Breaking the Code…

THE END IS NEAR! IS THERE A NEW BEGINNING?

Each year, the cost to produce a film decreases and the quality of the filmmaking increases.

And incredibly talented young people are pouring into this market as they seek ways to express themselves; show their creativity; and have their voices heard. They want to right a wrong and help raise awareness about a subject. This year it is estimated that more than 25,000 Indie films and shorts will be produced. Compare that to the 600 or so major motion picture studio films that will get into theatres via big studios. And these little films are all getting financed from Indie investors, from $100K to $15 million per film. There are investors out there that love film, filmmakers and the causes they support. The content gets made but it sure isn’t being treated as “king”.
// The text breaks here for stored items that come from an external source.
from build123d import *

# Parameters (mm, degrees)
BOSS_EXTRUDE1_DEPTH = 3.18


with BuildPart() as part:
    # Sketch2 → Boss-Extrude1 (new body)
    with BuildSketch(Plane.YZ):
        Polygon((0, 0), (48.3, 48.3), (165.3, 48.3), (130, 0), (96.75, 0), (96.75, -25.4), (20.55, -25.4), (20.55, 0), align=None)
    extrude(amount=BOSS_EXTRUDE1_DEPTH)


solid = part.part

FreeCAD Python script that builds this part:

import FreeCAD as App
import Part
import Sketcher
from FreeCAD import Vector
Q = App.Units.Quantity

doc = App.newDocument("Part")
body = doc.addObject("PartDesign::Body", "Body")

# Sketch on YZ plane
sketch1 = body.newObject("Sketcher::SketchObject", "Sketch")
sketch1.AttachmentSupport = (doc.getObject("YZ_Plane"), [""])
sketch1.MapMode = "FlatFace"
sketch1.addGeometry([
    Part.LineSegment(Vector(48, 48, 0), Vector(0, 0, 0)),  # 0
    Part.LineSegment(Vector(0, 0, 0), Vector(21, 0, 0)),  # 1
    Part.LineSegment(Vector(21, 0, 0), Vector(21, -25, 0)),  # 2
    Part.LineSegment(Vector(21, -25, 0), Vector(97, -25, 0)),  # 3
    Part.LineSegment(Vector(97, -25, 0), Vector(97, 0, 0)),  # 4
    Part.LineSegment(Vector(97, 0, 0), Vector(130, 0, 0)),  # 5
    Part.LineSegment(Vector(130, 0, 0), Vector(165, 48, 0)),  # 6
    Part.LineSegment(Vector(165, 48, 0), Vector(48, 48, 0)),  # 7
], False)
sketch1.addConstraint([
    Sketcher.Constraint("Coincident", 0, 2, 1, 1),
    Sketcher.Constraint("Coincident", 1, 2, 2, 1),
    Sketcher.Constraint("Coincident", 2, 2, 3, 1),
    Sketcher.Constraint("Coincident", 3, 2, 4, 1),
    Sketcher.Constraint("Coincident", 4, 2, 5, 1),
    Sketcher.Constraint("Coincident", 5, 2, 6, 1),
    Sketcher.Constraint("Coincident", 6, 2, 7, 1),
    Sketcher.Constraint("Coincident", 7, 2, 0, 1),
    Sketcher.Constraint("Horizontal", 1),
    Sketcher.Constraint("Vertical", 2),
    Sketcher.Constraint("Horizontal", 3),
    Sketcher.Constraint("Vertical", 4),
    Sketcher.Constraint("Horizontal", 5),
    Sketcher.Constraint("Horizontal", 7),
    Sketcher.Constraint("Coincident", 0, 2, -1, 1),
    Sketcher.Constraint("PointOnObject", 4, 2, -1),
    Sketcher.Constraint("DistanceX", 3, 1, 3, 2, Q("3 in")),
    Sketcher.Constraint("DistanceY", 2, 2, 2, 1, Q("1 in")),
    Sketcher.Constraint("Angle", 0, Q("-135 deg")),
    Sketcher.Constraint("DistanceX", 1, 1, 1, 2, Q("20.55 mm")),
    Sketcher.Constraint("DistanceX", 5, 1, 5, 2, Q("33.25 mm")),
    Sketcher.Constraint("DistanceX", 7, 2, 7, 1, Q("117 mm")),
    Sketcher.Constraint("DistanceX", -1, 1, 6, 2, Q("165.3 mm")),
])
pad1 = body.newObject("PartDesign::Pad", "Pad")
pad1.Profile = sketch1
pad1.Length = 3.18

doc.recompute()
Those 25,000 films are now competing like crazy to get into film festivals so they can be shown and hopefully bought for distribution but the film festivals are all losing money as they battle with the physicality of showing more and more films. There aren’t enough theaters. There aren’t enough scale and ticket sales to support showing all of the films being submitted. Film festivals are struggling. The sponsors that support them aren’t happy either because they want to buy massive audiences and they want their media to be accountable.

Small studios are all losing money as the cost to release and market a film goes up. The New York Times charges the same amount of money for an ad that supports a film that is shown in one theater as one that is in wide release. Small studios are struggling or shutting down. See this indieWIRE article for an obituary. So distribution isn’t “king” anymore either. There are probably less than 500 theaters in all of the US that will show a great Indie film to consumers and that number is decreasing daily. Newspapers are also struggling and shutting down. Being a media lord isn’t all it was cracked up to be, is it? The ecosystem doesn’t work anymore. Less and less Indie films are being bought for distribution. That is a bad and sad outcome.
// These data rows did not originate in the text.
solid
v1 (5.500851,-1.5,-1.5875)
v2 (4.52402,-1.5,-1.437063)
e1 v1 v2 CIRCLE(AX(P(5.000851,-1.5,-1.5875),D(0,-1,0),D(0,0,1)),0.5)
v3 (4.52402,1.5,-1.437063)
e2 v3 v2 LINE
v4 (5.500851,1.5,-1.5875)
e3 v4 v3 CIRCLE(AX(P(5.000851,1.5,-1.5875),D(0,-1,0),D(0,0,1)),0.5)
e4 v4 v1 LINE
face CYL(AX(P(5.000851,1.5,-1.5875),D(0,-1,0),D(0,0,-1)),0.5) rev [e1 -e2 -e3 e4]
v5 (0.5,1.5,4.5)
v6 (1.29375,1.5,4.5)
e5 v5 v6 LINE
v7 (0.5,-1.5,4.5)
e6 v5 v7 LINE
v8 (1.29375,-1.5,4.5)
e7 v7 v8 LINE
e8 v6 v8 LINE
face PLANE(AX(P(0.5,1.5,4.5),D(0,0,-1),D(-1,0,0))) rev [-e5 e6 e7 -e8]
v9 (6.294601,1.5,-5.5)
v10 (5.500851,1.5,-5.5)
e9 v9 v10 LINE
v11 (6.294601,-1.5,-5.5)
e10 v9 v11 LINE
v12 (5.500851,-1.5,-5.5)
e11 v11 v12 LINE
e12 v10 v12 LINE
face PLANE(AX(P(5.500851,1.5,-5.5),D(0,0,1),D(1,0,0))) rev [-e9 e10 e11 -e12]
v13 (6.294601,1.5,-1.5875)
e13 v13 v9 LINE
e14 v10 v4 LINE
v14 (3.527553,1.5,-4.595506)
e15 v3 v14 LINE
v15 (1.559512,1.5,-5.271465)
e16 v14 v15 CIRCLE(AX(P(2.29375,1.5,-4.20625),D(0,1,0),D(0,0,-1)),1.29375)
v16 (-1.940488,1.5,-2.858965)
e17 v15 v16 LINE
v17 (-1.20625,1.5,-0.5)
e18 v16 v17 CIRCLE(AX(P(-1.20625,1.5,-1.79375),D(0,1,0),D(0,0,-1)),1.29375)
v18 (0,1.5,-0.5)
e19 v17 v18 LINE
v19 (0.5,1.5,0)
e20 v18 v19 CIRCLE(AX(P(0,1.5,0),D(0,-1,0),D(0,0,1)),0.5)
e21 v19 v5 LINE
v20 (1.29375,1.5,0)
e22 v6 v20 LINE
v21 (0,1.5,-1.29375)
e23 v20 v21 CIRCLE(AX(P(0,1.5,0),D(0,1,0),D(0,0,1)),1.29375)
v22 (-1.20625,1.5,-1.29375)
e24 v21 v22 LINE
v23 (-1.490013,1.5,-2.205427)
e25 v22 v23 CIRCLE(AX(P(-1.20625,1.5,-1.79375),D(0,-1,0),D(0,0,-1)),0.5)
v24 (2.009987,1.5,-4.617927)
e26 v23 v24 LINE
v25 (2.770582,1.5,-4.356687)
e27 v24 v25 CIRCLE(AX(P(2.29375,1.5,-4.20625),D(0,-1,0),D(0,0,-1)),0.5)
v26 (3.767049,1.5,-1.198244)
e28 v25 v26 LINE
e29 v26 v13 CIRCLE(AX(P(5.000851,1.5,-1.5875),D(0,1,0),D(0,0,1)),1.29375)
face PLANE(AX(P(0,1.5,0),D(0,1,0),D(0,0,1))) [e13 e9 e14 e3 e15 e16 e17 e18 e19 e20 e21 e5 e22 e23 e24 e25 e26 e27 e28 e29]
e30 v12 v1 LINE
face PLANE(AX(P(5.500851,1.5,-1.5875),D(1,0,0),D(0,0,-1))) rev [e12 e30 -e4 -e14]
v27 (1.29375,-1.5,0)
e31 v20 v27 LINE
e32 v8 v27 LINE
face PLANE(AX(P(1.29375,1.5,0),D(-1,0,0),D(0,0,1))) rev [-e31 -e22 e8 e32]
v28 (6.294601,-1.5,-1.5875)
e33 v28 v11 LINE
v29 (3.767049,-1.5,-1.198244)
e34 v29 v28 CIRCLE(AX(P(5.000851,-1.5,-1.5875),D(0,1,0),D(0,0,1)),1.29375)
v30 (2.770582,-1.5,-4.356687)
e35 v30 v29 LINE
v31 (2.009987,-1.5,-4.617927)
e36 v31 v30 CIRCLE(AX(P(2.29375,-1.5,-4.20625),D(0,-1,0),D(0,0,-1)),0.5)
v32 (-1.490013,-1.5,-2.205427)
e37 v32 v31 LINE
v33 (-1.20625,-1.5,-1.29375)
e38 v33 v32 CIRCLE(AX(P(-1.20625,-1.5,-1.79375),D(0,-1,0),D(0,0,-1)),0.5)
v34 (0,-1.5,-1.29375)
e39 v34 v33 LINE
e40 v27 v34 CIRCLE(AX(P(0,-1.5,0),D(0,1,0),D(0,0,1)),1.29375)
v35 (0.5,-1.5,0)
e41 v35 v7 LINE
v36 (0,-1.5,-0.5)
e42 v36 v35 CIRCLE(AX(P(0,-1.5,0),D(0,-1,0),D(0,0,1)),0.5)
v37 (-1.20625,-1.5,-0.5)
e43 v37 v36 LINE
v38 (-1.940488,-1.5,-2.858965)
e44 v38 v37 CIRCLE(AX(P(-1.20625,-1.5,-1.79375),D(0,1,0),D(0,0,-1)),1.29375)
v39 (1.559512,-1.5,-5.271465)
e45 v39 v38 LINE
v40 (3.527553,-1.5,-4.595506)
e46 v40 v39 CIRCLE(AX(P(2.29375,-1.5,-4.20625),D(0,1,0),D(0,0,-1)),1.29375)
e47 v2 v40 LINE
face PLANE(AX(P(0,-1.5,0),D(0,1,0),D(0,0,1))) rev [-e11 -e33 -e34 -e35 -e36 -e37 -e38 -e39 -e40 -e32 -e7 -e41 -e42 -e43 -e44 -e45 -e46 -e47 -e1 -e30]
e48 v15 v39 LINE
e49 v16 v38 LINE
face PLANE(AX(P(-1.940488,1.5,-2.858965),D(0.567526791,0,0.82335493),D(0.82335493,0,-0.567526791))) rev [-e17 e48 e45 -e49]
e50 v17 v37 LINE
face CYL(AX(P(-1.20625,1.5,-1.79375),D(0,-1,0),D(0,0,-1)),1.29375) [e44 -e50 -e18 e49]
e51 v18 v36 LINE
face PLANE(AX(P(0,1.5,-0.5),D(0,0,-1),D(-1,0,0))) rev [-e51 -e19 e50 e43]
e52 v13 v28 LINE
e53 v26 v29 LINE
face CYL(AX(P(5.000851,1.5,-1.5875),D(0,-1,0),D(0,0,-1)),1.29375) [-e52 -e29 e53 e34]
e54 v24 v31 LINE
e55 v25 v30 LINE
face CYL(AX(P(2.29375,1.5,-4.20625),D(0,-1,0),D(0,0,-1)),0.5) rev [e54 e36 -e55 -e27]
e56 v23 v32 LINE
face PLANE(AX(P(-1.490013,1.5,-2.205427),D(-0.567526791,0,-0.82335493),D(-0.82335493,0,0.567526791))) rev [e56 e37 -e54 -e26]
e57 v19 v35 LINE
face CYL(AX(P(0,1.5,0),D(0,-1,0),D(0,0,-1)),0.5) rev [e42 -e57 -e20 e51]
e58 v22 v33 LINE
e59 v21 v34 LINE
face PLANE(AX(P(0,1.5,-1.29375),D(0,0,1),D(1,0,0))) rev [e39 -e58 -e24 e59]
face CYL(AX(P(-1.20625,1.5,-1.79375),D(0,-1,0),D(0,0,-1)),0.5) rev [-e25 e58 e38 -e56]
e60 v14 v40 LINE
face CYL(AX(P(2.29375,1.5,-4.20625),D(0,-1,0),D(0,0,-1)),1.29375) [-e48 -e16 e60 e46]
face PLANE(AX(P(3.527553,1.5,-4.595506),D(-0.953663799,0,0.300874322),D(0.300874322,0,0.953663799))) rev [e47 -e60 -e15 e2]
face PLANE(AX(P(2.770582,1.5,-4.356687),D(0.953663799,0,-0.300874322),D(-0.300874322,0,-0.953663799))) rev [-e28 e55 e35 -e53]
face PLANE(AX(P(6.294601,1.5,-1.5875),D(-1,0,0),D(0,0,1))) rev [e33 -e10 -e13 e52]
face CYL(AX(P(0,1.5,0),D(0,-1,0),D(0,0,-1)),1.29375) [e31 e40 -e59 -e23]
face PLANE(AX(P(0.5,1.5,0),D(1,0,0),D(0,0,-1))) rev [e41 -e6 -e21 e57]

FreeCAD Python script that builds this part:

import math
import FreeCAD as App
import Part
import Sketcher

V = App.Vector

doc = App.newDocument("Part")
params = doc.addObject("Spreadsheet::Sheet", "Params")
for row, (alias, value) in enumerate([
    ("sketch1_radius", "0.5 mm"),
    ("sketch1_height", "4.5 mm"),
    ("pad1_length", "3 mm"),
], start=1):
    params.set(f"A{row}", alias)
    params.set(f"B{row}", "=" + value)
    params.setAlias(f"B{row}", alias)

body = doc.addObject("PartDesign::Body", "Body")

# Sketch on XZ plane
sketch1 = doc.addObject("Sketcher::SketchObject", "Sketch")
body.addObject(sketch1)
sketch1.AttachmentSupport = (doc.XZ_Plane, [""])
sketch1.MapMode = "FlatFace"
sketch1.addGeometry(Part.LineSegment(V(1.29, 4.5, 0), V(1.29, 0, 0)), False)
sketch1.addGeometry(Part.ArcOfCircle(Part.Circle(V(0, 0, 0), V(0, 0, 1), 1.29), math.radians(-90), math.radians(0)), False)
sketch1.addGeometry(Part.LineSegment(V(0, -1.29, 0), V(-1.21, -1.29, 0)), False)
sketch1.addGeometry(Part.ArcOfCircle(Part.Circle(V(-1.21, -1.79, 0), V(0, 0, 1), 0.5), math.radians(90), math.radians(235)), False)
sketch1.addGeometry(Part.LineSegment(V(-1.49, -2.21, 0), V(2.01, -4.62, 0)), False)
sketch1.addGeometry(Part.ArcOfCircle(Part.Circle(V(2.29, -4.21, 0), V(0, 0, 1), 0.5), math.radians(-125), math.radians(-18)), False)
sketch1.addGeometry(Part.LineSegment(V(2.77, -4.36, 0), V(3.77, -1.2, 0)), False)
sketch1.addGeometry(Part.ArcOfCircle(Part.Circle(V(5, -1.59, 0), V(0, 0, 1), 1.29), math.radians(0), math.radians(162)), False)
sketch1.addGeometry(Part.LineSegment(V(6.29, -1.59, 0), V(6.29, -5.5, 0)), False)
sketch1.addGeometry(Part.LineSegment(V(6.29, -5.5, 0), V(5.5, -5.5, 0)), False)
sketch1.addGeometry(Part.LineSegment(V(5.5, -5.5, 0), V(5.5, -1.59, 0)), False)
sketch1.addGeometry(Part.ArcOfCircle(Part.Circle(V(5, -1.59, 0), V(0, 0, 1), 0.5), math.radians(0), math.radians(162)), False)
sketch1.addGeometry(Part.LineSegment(V(4.52, -1.44, 0), V(3.53, -4.6, 0)), False)
sketch1.addGeometry(Part.ArcOfCircle(Part.Circle(V(2.29, -4.21, 0), V(0, 0, 1), 1.29), math.radians(-125), math.radians(-18)), False)
sketch1.addGeometry(Part.LineSegment(V(1.56, -5.27, 0), V(-1.94, -2.86, 0)), False)
sketch1.addGeometry(Part.ArcOfCircle(Part.Circle(V(-1.21, -1.79, 0), V(0, 0, 1), 1.29), math.radians(90), math.radians(235)), False)
sketch1.addGeometry(Part.LineSegment(V(-1.21, -0.5, 0), V(0, -0.5, 0)), False)
sketch1.addGeometry(Part.ArcOfCircle(Part.Circle(V(0, 0, 0), V(0, 0, 1), 0.5), math.radians(-90), math.radians(0)), False)
sketch1.addGeometry(Part.LineSegment(V(0.5, 0, 0), V(0.5, 4.5, 0)), False)
sketch1.addGeometry(Part.LineSegment(V(0.5, 4.5, 0), V(1.29, 4.5, 0)), False)
sketch1.addConstraint(Sketcher.Constraint("Tangent", 0, 2, 1, 2))
sketch1.addConstraint(Sketcher.Constraint("Tangent", 1, 1, 2, 1))
sketch1.addConstraint(Sketcher.Constraint("Tangent", 2, 2, 3, 1))
sketch1.addConstraint(Sketcher.Constraint("Tangent", 3, 2, 4, 1))
sketch1.addConstraint(Sketcher.Constraint("Tangent", 4, 2, 5, 1))
sketch1.addConstraint(Sketcher.Constraint("Tangent", 5, 2, 6, 1))
sketch1.addConstraint(Sketcher.Constraint("Tangent", 6, 2, 7, 2))
sketch1.addConstraint(Sketcher.Constraint("Tangent", 7, 1, 8, 1))
sketch1.addConstraint(Sketcher.Constraint("Coincident", 8, 2, 9, 1))
sketch1.addConstraint(Sketcher.Constraint("Coincident", 9, 2, 10, 1))
sketch1.addConstraint(Sketcher.Constraint("Tangent", 10, 2, 11, 1))
sketch1.addConstraint(Sketcher.Constraint("Tangent", 11, 2, 12, 1))
sketch1.addConstraint(Sketcher.Constraint("Tangent", 12, 2, 13, 2))
sketch1.addConstraint(Sketcher.Constraint("Tangent", 13, 1, 14, 1))
sketch1.addConstraint(Sketcher.Constraint("Tangent", 14, 2, 15, 2))
sketch1.addConstraint(Sketcher.Constraint("Tangent", 15, 1, 16, 1))
sketch1.addConstraint(Sketcher.Constraint("Tangent", 16, 2, 17, 1))
sketch1.addConstraint(Sketcher.Constraint("Tangent", 17, 2, 18, 1))
sketch1.addConstraint(Sketcher.Constraint("Coincident", 18, 2, 19, 1))
sketch1.addConstraint(Sketcher.Constraint("Coincident", 19, 2, 0, 1))
sketch1.addConstraint(Sketcher.Constraint("Vertical", 0))
sketch1.addConstraint(Sketcher.Constraint("Horizontal", 2))
sketch1.addConstraint(Sketcher.Constraint("Vertical", 8))
sketch1.addConstraint(Sketcher.Constraint("Horizontal", 9))
sketch1.addConstraint(Sketcher.Constraint("Vertical", 10))
sketch1.addConstraint(Sketcher.Constraint("Horizontal", 16))
sketch1.addConstraint(Sketcher.Constraint("Vertical", 18))
sketch1.addConstraint(Sketcher.Constraint("Horizontal", 19))
sketch1.addConstraint(Sketcher.Constraint("Coincident", 1, 3, -1, 1))
sketch1.addConstraint(Sketcher.Constraint("Coincident", 17, 3, -1, 1))
sketch1.addConstraint(Sketcher.Constraint("Coincident", 11, 3, 7, 3))
sketch1.addConstraint(Sketcher.Constraint("Coincident", 13, 3, 5, 3))
sketch1.addConstraint(Sketcher.Constraint("Coincident", 15, 3, 3, 3))
sketch1.addConstraint(Sketcher.Constraint("Equal", 3, 5))
sketch1.addConstraint(Sketcher.Constraint("Equal", 1, 7))
sketch1.addConstraint(Sketcher.Constraint("Equal", 5, 11))
sketch1.addConstraint(Sketcher.Constraint("Equal", 7, 13))
sketch1.addConstraint(Sketcher.Constraint("Equal", 13, 15))
sketch1.addConstraint(Sketcher.Constraint("Radius", 3, 0.5))
sketch1.addConstraint(Sketcher.Constraint("DistanceY", 0, 2, 0, 1, 4.5))
sketch1.addConstraint(Sketcher.Constraint("DistanceY", 8, 2, -1, 1, 5.5))
sketch1.addConstraint(Sketcher.Constraint("DistanceX", 3, 3, 5, 3, 3.5))
sketch1.addConstraint(Sketcher.Constraint("DistanceX", 3, 3, 0, 2, 2.5))
sketch1.addConstraint(Sketcher.Constraint("Radius", 1, 1.29375))
sketch1.addConstraint(Sketcher.Constraint("DistanceY", 8, 2, 8, 1, 3.9125))
sketch1.addConstraint(Sketcher.Constraint("Distance", 4, 4.250901))
sketch1.addConstraint(Sketcher.Constraint("DistanceX", -1, 1, 7, 1, 6.294601))
sketch1.setExpression("Constraints[38]", "Params.sketch1_radius")
sketch1.setExpression("Constraints[39]", "Params.sketch1_height")
pad1 = doc.addObject("PartDesign::Pad", "Pad")
body.addObject(pad1)
pad1.Profile = sketch1
pad1.setExpression("Length", "Params.pad1_length")
pad1.Midplane = True

doc.recompute()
And if you can believe it, every film that is shot in digital still needs to become analog and be made into film at a very high cost. Think about that. We shoot a film in digital. We then make it into film: Put it into a metal can; put cardboard around it; put it on a plane and then a truck; and deliver it to a kid who will then put it into a projector to show to people in a theater. Trains, planes and automobiles sometimes all to show a film about how to save our environment! Shoot me now, please.

And TV network acquisition budgets have been cut to the bone. Big players such as HBO, PBS and Discovery are all cutting their acquisition budgets and show less and less third party produced content. And when they do pay, the monies are not significant. And now the DVD industry is starting to show its age. And when a Netflix pays, it is a small up-front advance, if at all.

Soon investors and Foundations will start to shut down their investment into small Indie films and works of nonfiction because “if a tree falls in a forest and nobody hears it - did it fall at all?”

This business, this industry for Indie and nonfiction films just broke down. It is official. It is done. It won’t ever come back in its original form. Trust me; I have seen this before in my media lifetime.

Look to innovators and attackers to go after transforming efforts in this space. No one has broken the code yet on how to make, distribute and “monetize” digital film for the benefit of the filmmaker and the causes that they support.

Look to this space soon for info on my plans to make sense of this mess.

As Howard Beale said, “I am mad as hell and I am not going to take this anymore!”

2 thoughts on “Breaking the Code…

  1. Ted, given your track record in everything you do, I have no doubt that if anybody “can make sense of this mess” — you can. You’ll be making a lot of filmmakers who are quite frustrated about this very happy.

    Best, Susan

  2. I think the technology is just ahead of the adoption curve Ted. Your viewing end users just aren’t ready. Remember how long it took for color TV to replace black and white, and for cable to acheive it’s penetration into households? I like movies, but I really dislike going to the theater. Netflix is a pain to manage, though it is fairly efficient. I also don’t like to pay a lot for TV’s so after digital TV becomes the coin of the realm in February 2009, and prices drop, then I’ll buy a nice HDTV. And on that new set, with my broadband connection, and no doubt some doo-hickey similar to Apple TV, I’ll be ready to download and view high caliber indie films and shows, and I’ll gladly pay for them too, because the stuff offered up by the major studios and networks is mostly aimed at a broad distribution and as a result the great majority of it doesn’t appeal to me at all. Hopefully I’ll be able to buy the shows/sports/films I want similar to the way I buy songs on i-Tunes, and get rid of my cable TV subscription to boot.